I wish I could be more specific about how the characters should move. It captured the camera movement really well, but resulted in a lot of distortion and blur between the people in the scene. This was one of my first attempts and so I hadn’t tried better techniques to induce the pattern.
7. The end of the chess match
Finally, I decided to give the Luma Dream Machine a full turn. I had been experimenting with another new AI model – the Leonardo Phoenix – which promises impressive levels of fast tracking. So I created a complex AI image request.
Phoenix did a good job, but this was just an image, so I decided to put the same claim on Dream Machine: “A surreal, weathered chessboard floating in a misty void, adorned with brass gears and cogs , where intricate steam chess pieces—including steam robot pawns.”
She ignored almost everything but the chessboard and created this surreal video of the chess pieces disappearing from the bottom of the board as if they were melting. Because of the element of surrealism, I can’t tell if this was intentional or a failure to understand his movement. It looks cool though.
Final thoughts
I just did the following calculation: I got access to the Luma Dream Machine on Saturday night and over 2-3 days of playing with it, I made 633 generations. Among these 633, I think at least 150 were just random tests for fun. So I would estimate I needed about 500… https://t.co/TpMCdDmlxyJune 12, 2024
Luma Labs Dream Machine is another impressive step in AI generating video. It’s likely they’ve leveraged experience in generative 3D modeling to improve motion understanding in video — but it still feels like a gap for true video AI.

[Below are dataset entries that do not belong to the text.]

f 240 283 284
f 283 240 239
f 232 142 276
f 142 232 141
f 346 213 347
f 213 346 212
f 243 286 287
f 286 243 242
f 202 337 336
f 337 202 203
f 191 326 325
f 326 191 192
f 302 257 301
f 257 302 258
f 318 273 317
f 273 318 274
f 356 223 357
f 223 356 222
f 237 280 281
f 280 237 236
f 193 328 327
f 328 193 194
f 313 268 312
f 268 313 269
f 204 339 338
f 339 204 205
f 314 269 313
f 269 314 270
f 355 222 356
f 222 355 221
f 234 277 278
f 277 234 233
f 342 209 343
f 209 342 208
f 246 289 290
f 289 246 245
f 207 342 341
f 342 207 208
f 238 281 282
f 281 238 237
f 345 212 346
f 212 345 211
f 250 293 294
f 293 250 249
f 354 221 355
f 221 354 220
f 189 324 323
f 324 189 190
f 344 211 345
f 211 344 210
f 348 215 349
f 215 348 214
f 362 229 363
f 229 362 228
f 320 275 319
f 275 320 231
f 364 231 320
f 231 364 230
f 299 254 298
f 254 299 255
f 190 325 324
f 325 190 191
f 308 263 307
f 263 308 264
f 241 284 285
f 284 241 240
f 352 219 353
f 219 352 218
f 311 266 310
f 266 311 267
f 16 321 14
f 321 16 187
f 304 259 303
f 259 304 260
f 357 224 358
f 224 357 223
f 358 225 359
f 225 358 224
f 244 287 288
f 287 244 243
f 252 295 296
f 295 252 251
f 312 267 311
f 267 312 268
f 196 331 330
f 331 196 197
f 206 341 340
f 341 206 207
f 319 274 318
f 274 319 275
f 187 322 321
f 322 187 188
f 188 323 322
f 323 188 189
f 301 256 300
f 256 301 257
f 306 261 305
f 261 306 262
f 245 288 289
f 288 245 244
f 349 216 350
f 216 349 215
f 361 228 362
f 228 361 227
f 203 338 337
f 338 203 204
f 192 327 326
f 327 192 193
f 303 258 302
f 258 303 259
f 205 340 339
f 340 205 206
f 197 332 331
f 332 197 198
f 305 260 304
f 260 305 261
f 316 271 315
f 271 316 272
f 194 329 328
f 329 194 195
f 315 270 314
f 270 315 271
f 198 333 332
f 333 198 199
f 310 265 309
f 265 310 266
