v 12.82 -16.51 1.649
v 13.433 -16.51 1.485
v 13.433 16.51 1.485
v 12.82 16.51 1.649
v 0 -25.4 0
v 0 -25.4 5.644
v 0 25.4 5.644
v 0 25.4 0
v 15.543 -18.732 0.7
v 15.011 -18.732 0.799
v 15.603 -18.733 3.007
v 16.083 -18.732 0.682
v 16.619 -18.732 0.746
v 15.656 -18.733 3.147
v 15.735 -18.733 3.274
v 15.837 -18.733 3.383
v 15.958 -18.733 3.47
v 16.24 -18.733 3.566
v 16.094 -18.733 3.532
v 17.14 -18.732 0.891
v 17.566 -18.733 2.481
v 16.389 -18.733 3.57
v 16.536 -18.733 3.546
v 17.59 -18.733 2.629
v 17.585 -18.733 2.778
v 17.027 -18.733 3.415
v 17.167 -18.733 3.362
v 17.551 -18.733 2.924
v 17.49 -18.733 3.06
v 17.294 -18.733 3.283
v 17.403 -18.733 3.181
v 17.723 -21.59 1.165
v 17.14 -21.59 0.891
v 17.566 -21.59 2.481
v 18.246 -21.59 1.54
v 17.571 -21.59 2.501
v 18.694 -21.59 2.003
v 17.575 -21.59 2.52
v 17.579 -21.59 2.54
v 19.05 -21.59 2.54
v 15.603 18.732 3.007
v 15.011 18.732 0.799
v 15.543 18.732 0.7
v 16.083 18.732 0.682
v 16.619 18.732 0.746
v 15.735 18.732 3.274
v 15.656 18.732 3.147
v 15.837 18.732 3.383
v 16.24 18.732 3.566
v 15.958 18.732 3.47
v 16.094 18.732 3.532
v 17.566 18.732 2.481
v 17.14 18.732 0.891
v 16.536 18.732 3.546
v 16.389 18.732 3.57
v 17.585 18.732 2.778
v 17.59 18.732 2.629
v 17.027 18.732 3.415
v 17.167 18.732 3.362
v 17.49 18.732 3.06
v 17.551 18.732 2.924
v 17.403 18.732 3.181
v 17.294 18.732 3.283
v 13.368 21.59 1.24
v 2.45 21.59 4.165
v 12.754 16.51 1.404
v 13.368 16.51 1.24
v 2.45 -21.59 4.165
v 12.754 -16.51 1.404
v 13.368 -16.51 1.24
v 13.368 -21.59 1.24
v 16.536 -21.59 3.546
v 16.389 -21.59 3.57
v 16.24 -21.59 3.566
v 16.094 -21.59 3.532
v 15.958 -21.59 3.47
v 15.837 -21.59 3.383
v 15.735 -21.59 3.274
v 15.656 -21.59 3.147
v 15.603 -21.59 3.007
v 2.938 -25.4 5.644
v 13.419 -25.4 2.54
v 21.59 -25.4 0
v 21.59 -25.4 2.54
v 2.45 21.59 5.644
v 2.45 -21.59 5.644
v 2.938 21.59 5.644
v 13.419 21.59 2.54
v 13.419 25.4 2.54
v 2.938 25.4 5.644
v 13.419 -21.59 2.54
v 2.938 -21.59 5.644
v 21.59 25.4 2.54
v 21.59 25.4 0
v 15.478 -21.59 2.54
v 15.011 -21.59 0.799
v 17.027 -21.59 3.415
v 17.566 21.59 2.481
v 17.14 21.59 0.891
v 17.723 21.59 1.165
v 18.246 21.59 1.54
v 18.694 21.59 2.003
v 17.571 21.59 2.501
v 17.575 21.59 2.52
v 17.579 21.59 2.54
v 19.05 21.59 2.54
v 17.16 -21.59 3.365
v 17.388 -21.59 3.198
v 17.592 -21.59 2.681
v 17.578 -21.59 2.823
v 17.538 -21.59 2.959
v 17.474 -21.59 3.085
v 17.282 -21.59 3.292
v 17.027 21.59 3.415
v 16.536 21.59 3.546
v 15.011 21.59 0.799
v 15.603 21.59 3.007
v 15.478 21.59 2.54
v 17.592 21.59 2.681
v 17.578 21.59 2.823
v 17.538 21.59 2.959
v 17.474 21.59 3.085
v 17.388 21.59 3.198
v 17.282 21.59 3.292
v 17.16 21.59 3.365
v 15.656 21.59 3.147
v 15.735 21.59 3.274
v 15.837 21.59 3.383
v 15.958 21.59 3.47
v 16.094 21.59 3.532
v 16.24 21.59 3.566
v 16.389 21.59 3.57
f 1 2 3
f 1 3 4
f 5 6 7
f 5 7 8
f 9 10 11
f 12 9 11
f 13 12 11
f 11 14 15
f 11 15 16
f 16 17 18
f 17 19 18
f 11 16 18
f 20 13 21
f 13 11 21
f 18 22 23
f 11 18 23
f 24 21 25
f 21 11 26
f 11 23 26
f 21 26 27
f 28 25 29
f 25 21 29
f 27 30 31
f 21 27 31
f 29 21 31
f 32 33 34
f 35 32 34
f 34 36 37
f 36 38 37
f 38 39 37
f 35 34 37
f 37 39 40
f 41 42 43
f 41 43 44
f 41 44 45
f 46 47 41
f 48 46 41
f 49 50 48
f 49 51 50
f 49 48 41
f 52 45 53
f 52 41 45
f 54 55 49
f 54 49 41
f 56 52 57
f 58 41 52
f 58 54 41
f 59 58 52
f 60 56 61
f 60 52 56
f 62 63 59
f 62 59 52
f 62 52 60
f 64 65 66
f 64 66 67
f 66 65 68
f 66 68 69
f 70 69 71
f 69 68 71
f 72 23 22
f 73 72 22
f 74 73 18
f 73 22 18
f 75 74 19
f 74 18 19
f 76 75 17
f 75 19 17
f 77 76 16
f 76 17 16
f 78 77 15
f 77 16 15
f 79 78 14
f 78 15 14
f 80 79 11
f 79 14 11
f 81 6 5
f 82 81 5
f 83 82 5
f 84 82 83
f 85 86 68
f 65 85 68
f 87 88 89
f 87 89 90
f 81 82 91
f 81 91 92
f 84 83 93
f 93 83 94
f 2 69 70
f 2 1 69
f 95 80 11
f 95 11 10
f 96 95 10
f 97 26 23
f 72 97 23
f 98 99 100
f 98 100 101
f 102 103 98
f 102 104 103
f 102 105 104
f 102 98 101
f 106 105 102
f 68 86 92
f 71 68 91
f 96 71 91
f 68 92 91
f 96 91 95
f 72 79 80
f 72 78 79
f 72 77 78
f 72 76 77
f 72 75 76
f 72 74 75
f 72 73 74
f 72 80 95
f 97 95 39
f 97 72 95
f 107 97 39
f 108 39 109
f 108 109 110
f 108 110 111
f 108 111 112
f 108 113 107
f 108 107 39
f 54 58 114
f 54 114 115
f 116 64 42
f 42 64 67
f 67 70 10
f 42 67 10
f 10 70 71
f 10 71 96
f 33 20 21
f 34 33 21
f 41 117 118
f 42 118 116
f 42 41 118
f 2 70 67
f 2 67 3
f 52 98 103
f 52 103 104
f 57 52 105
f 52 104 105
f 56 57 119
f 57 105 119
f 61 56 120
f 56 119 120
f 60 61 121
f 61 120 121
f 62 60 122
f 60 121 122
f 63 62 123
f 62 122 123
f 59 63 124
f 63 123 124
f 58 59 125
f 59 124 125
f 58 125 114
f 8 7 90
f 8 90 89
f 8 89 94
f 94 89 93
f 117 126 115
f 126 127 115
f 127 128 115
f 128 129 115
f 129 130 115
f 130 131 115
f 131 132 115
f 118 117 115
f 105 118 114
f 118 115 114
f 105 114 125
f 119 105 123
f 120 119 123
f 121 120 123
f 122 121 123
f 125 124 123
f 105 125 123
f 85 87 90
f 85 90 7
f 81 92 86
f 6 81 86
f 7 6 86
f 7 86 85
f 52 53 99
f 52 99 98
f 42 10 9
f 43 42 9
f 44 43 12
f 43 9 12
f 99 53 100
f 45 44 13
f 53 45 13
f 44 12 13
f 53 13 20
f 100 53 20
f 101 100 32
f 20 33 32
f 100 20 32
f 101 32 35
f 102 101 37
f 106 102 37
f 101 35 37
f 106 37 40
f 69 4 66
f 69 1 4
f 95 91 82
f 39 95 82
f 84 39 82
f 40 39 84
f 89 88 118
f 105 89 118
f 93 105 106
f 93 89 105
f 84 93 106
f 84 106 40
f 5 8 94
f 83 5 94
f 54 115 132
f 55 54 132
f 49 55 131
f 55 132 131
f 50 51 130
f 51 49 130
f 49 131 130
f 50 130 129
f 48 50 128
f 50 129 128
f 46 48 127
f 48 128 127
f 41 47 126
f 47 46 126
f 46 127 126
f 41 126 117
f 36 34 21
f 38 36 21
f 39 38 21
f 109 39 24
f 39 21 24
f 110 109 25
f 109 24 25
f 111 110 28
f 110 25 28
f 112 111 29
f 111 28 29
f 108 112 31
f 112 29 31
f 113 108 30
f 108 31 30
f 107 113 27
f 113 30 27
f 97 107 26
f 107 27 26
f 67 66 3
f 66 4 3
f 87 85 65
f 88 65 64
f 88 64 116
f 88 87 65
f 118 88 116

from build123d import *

# Parameters (mm, degrees)
F0_W        = 21.59
F0_H        = 50.8
F1_DEPTH    = 2.54
F3_DEPTH    = 21.59
F5_DEPTH    = 21.59
F6_T1_DEPTH = 46.99
F6_T3_DEPTH = 43.18
F7_W        = 5.334
F7_H        = 5.212301854
F8_DEPTH    = 18.7325
F10_DEPTH   = 50.8
F12_DEPTH   = 21.59
F14_DEPTH   = 16.51


# Not quite as in the source:
# - a fillet or chamfer that OpenCascade refuses, or shapes differently, is made with other operations: its cross-section is extruded or revolved along the edge and cut away or added


with BuildPart() as f1:
    # F0 (on Top) → F1 (new body)
    with BuildSketch(Plane.XY):
        with Locations((10.795, 0)):
            Rectangle(F0_W, F0_H)
    extrude(amount=F1_DEPTH)

    # F2 (on Front) → F3 (cut, symmetric)
    with BuildSketch(Plane.XZ):
        with BuildLine():
            Line((19.05, 2.54), (13.716, 2.54))
            Line((13.716, 2.54), (13.3675778015, 1.2396706526))
            Line((13.3675778015, 1.2396706526), (15.0113903727, 0.7992124017))
            ThreePointArc((15.0113903727, 0.7992124017), (17.3330984682, 0.9680336444), (19.05, 2.54))
        make_face()
    extrude(amount=F3_DEPTH, both=True, mode=Mode.SUBTRACT)

    # F4 (on Front) → F5 (join, symmetric)
    with BuildSketch(Plane.XZ):
        Polygon((15.8002708221, 3.7433543202), (15.0113903727, 0.7992124017), (16.9741516517, 0.273292102), (17.7630321012, 3.2174340206), align=None)
    extrude(amount=F5_DEPTH, both=True)

    # F6: fillet of radius 0.762 on 2 edges, made by hand

    # F6_s2 → F6_t1 (cut)
    with BuildSketch(Plane.XZ.offset(-23.495)):
        with BuildLine():
            ThreePointArc((16.5363063018, 3.5461342079), (15.9580861894, 3.4700100859), (15.6030507098, 3.0073188406))
            Line((15.6030507098, 3.0073188406), (15.8002708221, 3.7433543202))
            Line((15.8002708221, 3.7433543202), (16.5363063018, 3.5461342079))
        make_face()
    extrude(amount=F6_T1_DEPTH, mode=Mode.SUBTRACT)

    # F6_s4 → F6_t3 (cut)
    with BuildSketch(Plane.XZ.offset(-21.59)):
        with BuildLine():
            ThreePointArc((17.5658119888, 2.4813985409), (17.4896878668, 3.0596186533), (17.0269966215, 3.4146541329))
            Line((17.0269966215, 3.4146541329), (17.7630321012, 3.2174340206))
            Line((17.7630321012, 3.2174340206), (17.5658119888, 2.4813985409))
        make_face()
    extrude(amount=F6_T3_DEPTH, mode=Mode.SUBTRACT)

    # F7 (on Front) → F8 (cut, symmetric)
    with BuildSketch(Plane.XZ):
        with BuildLine():
            Line((19.05, 2.54), (13.716, 2.54))
            Line((13.716, 2.54), (13.3675778015, 1.2396706526))
            Line((13.3675778015, 1.2396706526), (15.0113903727, 0.7992124017))
            ThreePointArc((15.0113903727, 0.7992124017), (17.3330984682, 0.9680336444), (19.05, 2.54))
        make_face()
        with Locations((16.383, 5.146150927)):
            Rectangle(F7_W, F7_H)
    extrude(amount=F8_DEPTH, both=True, mode=Mode.SUBTRACT)

    # F9 (on face) → F10 (join)
    with BuildSketch(Plane.XZ.offset(25.4)):
        Polygon((0, 2.54), (13.4194806689, 2.54), (2.9378255369, 5.6436832687), (0, 5.6436832687), align=None)
    extrude(amount=-F10_DEPTH)

    # F11 (on Front) → F12 (cut, symmetric)
    with BuildSketch(Plane.XZ):
        Polygon((2.4497181869, 4.1651023194), (15.0113903727, 0.7992124017), (15.0113903727, 10.927637258), (2.4497181869, 10.927637258), align=None)
    extrude(amount=F12_DEPTH, both=True, mode=Mode.SUBTRACT)

    # F13 (on Front) → F14 (join, symmetric)
    with BuildSketch(Plane.XZ):
        Polygon((12.7542149018, 1.4040207463), (13.3675778015, 1.2396706526), (13.4333178389, 1.4850158125), (12.8199549392, 1.6493659062), align=None)
    extrude(amount=F14_DEPTH, both=True)


solid = f1.part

Over the past two years, AI image generation has gone from weird, low-resolution renderings of people with multiple fingers and faces that look more like something Edvard Munch might paint than a photograph, to became almost indistinguishable from reality.
AI video is much more complex. Not only should it replicate the realism of a photograph, but have an understanding of real-world physics and how it affects movement – across scenes, people, animals, vehicles and objects.

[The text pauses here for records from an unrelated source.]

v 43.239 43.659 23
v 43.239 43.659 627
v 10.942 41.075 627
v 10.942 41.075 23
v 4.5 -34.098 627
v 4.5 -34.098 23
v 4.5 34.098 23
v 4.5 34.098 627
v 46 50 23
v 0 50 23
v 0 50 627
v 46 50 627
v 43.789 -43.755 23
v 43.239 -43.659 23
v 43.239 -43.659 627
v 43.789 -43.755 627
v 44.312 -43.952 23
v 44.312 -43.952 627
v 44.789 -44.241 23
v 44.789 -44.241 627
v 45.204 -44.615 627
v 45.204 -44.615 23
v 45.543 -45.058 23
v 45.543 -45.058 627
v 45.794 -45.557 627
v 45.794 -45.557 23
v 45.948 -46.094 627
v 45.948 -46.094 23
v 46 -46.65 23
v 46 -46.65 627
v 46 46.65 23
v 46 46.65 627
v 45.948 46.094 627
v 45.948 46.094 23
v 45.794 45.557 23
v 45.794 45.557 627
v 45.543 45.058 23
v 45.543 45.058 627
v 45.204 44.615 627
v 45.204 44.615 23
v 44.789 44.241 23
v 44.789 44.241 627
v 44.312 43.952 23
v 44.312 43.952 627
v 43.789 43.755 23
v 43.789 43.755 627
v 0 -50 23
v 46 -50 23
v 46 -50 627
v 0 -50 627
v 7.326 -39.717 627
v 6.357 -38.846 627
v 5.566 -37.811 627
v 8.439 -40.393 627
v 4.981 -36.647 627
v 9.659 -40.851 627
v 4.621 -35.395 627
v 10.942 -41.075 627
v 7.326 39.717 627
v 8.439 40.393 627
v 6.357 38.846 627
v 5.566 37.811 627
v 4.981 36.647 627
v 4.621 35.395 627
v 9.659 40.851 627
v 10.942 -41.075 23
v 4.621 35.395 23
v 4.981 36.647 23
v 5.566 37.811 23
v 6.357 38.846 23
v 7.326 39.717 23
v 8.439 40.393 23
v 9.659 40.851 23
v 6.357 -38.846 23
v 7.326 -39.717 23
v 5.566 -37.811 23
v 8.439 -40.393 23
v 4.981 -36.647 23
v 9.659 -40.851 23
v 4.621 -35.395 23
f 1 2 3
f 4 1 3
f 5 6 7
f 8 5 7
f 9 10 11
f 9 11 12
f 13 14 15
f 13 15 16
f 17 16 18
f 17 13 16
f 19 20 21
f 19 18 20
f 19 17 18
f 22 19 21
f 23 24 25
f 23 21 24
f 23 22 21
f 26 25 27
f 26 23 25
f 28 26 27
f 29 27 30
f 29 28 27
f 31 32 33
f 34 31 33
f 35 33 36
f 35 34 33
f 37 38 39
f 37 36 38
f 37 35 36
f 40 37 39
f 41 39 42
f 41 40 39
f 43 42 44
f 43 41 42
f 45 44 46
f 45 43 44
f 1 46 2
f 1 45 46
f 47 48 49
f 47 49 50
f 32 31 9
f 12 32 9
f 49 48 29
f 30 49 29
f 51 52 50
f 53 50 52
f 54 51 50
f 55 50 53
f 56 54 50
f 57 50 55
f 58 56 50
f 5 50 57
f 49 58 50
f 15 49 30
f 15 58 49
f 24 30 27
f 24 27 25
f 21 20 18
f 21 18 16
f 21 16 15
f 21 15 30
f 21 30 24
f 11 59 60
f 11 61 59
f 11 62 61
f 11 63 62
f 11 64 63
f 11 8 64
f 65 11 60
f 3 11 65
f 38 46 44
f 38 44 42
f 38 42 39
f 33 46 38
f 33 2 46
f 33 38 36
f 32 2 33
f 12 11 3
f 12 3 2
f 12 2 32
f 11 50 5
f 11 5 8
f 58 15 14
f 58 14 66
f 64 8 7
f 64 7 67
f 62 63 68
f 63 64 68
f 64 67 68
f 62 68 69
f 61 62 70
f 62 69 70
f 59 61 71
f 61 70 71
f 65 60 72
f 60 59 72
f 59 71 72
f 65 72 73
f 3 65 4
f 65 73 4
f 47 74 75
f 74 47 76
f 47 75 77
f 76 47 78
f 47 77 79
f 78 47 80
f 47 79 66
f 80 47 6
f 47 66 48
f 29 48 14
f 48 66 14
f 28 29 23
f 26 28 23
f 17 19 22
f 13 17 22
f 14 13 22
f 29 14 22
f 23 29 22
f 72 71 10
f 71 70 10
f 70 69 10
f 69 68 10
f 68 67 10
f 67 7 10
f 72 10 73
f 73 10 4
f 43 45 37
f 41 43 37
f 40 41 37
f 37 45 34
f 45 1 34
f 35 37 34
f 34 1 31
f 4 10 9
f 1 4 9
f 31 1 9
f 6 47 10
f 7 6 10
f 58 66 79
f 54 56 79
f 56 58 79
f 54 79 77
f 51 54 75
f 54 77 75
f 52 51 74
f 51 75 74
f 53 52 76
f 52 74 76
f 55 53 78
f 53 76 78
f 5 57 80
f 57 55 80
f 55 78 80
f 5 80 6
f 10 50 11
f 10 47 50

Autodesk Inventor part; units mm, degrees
ref_plane "Начальная плоскость" through (0, 0, 23) normal (0, 0, 1) x (1, 0, 0)
ref_plane "Конечная плоскость" through (0, 0, 627) normal (0, 0, 1) x (1, 0, 0)
sketch "Эскиз" plane through (0, 0, 0) normal (0, 0, 1) x (1, 0, 0)
  line L0 (46, -50) -> (0, -50)
  line L1 (46, -50) -> (46, -46.6496)
  line L2 (43.2392, -43.6591) -> (10.9418, -41.0753)
  line L3 (4.5, -34.0976) -> (4.5, 34.0976)
  line L4 (43.2392, 43.6591) -> (10.9418, 41.0753)
  line L5 (46, 46.6496) -> (46, 50)
  line L6 (0, 50) -> (46, 50)
  line L7 (0, -50) -> (0, 50)
  arc A0 (4.5, -34.0976) -> (10.9418, -41.0753) centre (11.5, -34.0976) ccw
  arc A1 (10.9418, 41.0753) -> (4.5, 34.0976) centre (11.5, 34.0976) ccw
  arc A2 (46, -46.6496) -> (43.2392, -43.6591) centre (43, -46.6496) ccw
  arc A3 (43.2392, 43.6591) -> (46, 46.6496) centre (43, 46.6496) ccw
  line L8 (0, 70) -> (0, -70) construction
  line L9 (-9.3169, 0) -> (55.9016, 0) construction
  point P0 (46, -43.88)
  point P1 (4.5, -40.56)
  point P2 (4.5, 40.56)
  point P3 (46, 43.88)
  dimension "d3" = 46
  dimension "d5" = 4.5
  dimension "d7" = 100
  dimension "d9" = 9.44
  dimension "d11" = 9.44
  dimension "d13" = 6.12
  dimension "d15" = 6.12
  dimension "d22" = 7
  dimension "d23" = 3
  dimension "d24" = 50
  dimension "d25" = 0
extrude "Тело" add sketch "Эскиз" along normal up to surface (604 mm away) from surface at 23
sketch "Sketch3" plane through (0, 0, 0) normal (0, 0, 1) x (1, 0, 0)
  line L0 (0, 0) -> (10, 0)
ref_plane "Work Plane7" through (0, 0, 0) normal (0, -1, 0) x (1, 0, 0)
sketch "Sketch4" plane through (0, 0, 0) normal (0, -1, 0) x (1, 0, 0)
  line L0 (-2, 23) -> (12, 23)
  line L1 (-2, 627) -> (12, 627)
  dimension "d29" = 604
ref_plane "РабПлоскость8" through (-227, -50, 23) normal (0, 0, -1) x (-1, 0, 0)
split "Разделение1" plane through (-227, -50, 23) removes the side toward (0, 0, -1)
ref_plane "РабПлоскость9" through (23, -50, 627) normal (0, 0, 1) x (1, 0, 0)
split "Разделение2" plane through (23, -50, 627) removes the side toward (0, 0, 1)
equation "\"d3\" = b"
equation "\"d5\" = t1"
equation "\"d7\" = ParH"
equation "\"d9\" = msp_x1 + t2"
equation "\"d11\" = msp_x1 + t2"
equation "\"d13\" = -msp_x2 + t2"
equation "\"d15\" = -msp_x2 + t2"
equation "\"d22\" = R"
equation "\"d23\" = R1"
equation "\"d24\" = 0.5 * d7"
equation "\"d16\" = G_L"
equation "\"R1\" = 3"
equation "\"R\" = 7"
equation "\"t1\" = 4.5"
equation "\"t2\" = 7.6"
equation "\"ParH\" = 100"
equation "\"b\" = 46"
equation "\"msp_x1\" = 0.04 * b"
equation "\"msp_x2\" = -0.08 * t1 + 0.04 * b"
equation "\"G_L\" = d29"
equation "\"ex\" = 0"
equation "\"G_OFFSET_START\" = -23"
equation "\"G_OFFSET_END\" = -23"
equation "\"d26\" = -G_OFFSET_START"
equation "\"d27\" = G_OFFSET_END + B_L"
equation "\"B_L\" = 650"
properties part number "Швеллер 10U-604 ГОСТ 8240-97" material "Сталь, мягкая, сварочная"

Luma Labs have created one of the most realistic looking vehicles I’ve seen yet, but it still falls short of what’s needed. I don’t think it’s up to Sora’s level, but I can’t compare it to the videos I’ve made myself using Sora – only the ones I’ve seen from filmmakers and OpenAI itself, and these are likely culled from hundreds of failures.
Abel Art, an avid AI artist who had early access to Dream Machine has created some impressive work. But he said he had to create hundreds of generations for just one minute of video to make it coherent, and once you discard the unusable clips.
His ratio is roughly 500 clips per 1 minute of video, with each clip at around 5 seconds he is hitting 98% of the shots to create the perfect scene.
I suspect the ratio for Pika Labs and Runway is higher, and reports suggest Sora has a similar discard rate, at least from filmmakers who have used it.
Right now, I think even the best AI video tools are meant to be used alongside traditional filmmaking rather than replacing it – but we’re approaching what Ashton Kutcher predicts is an era where everyone can make their own feature films.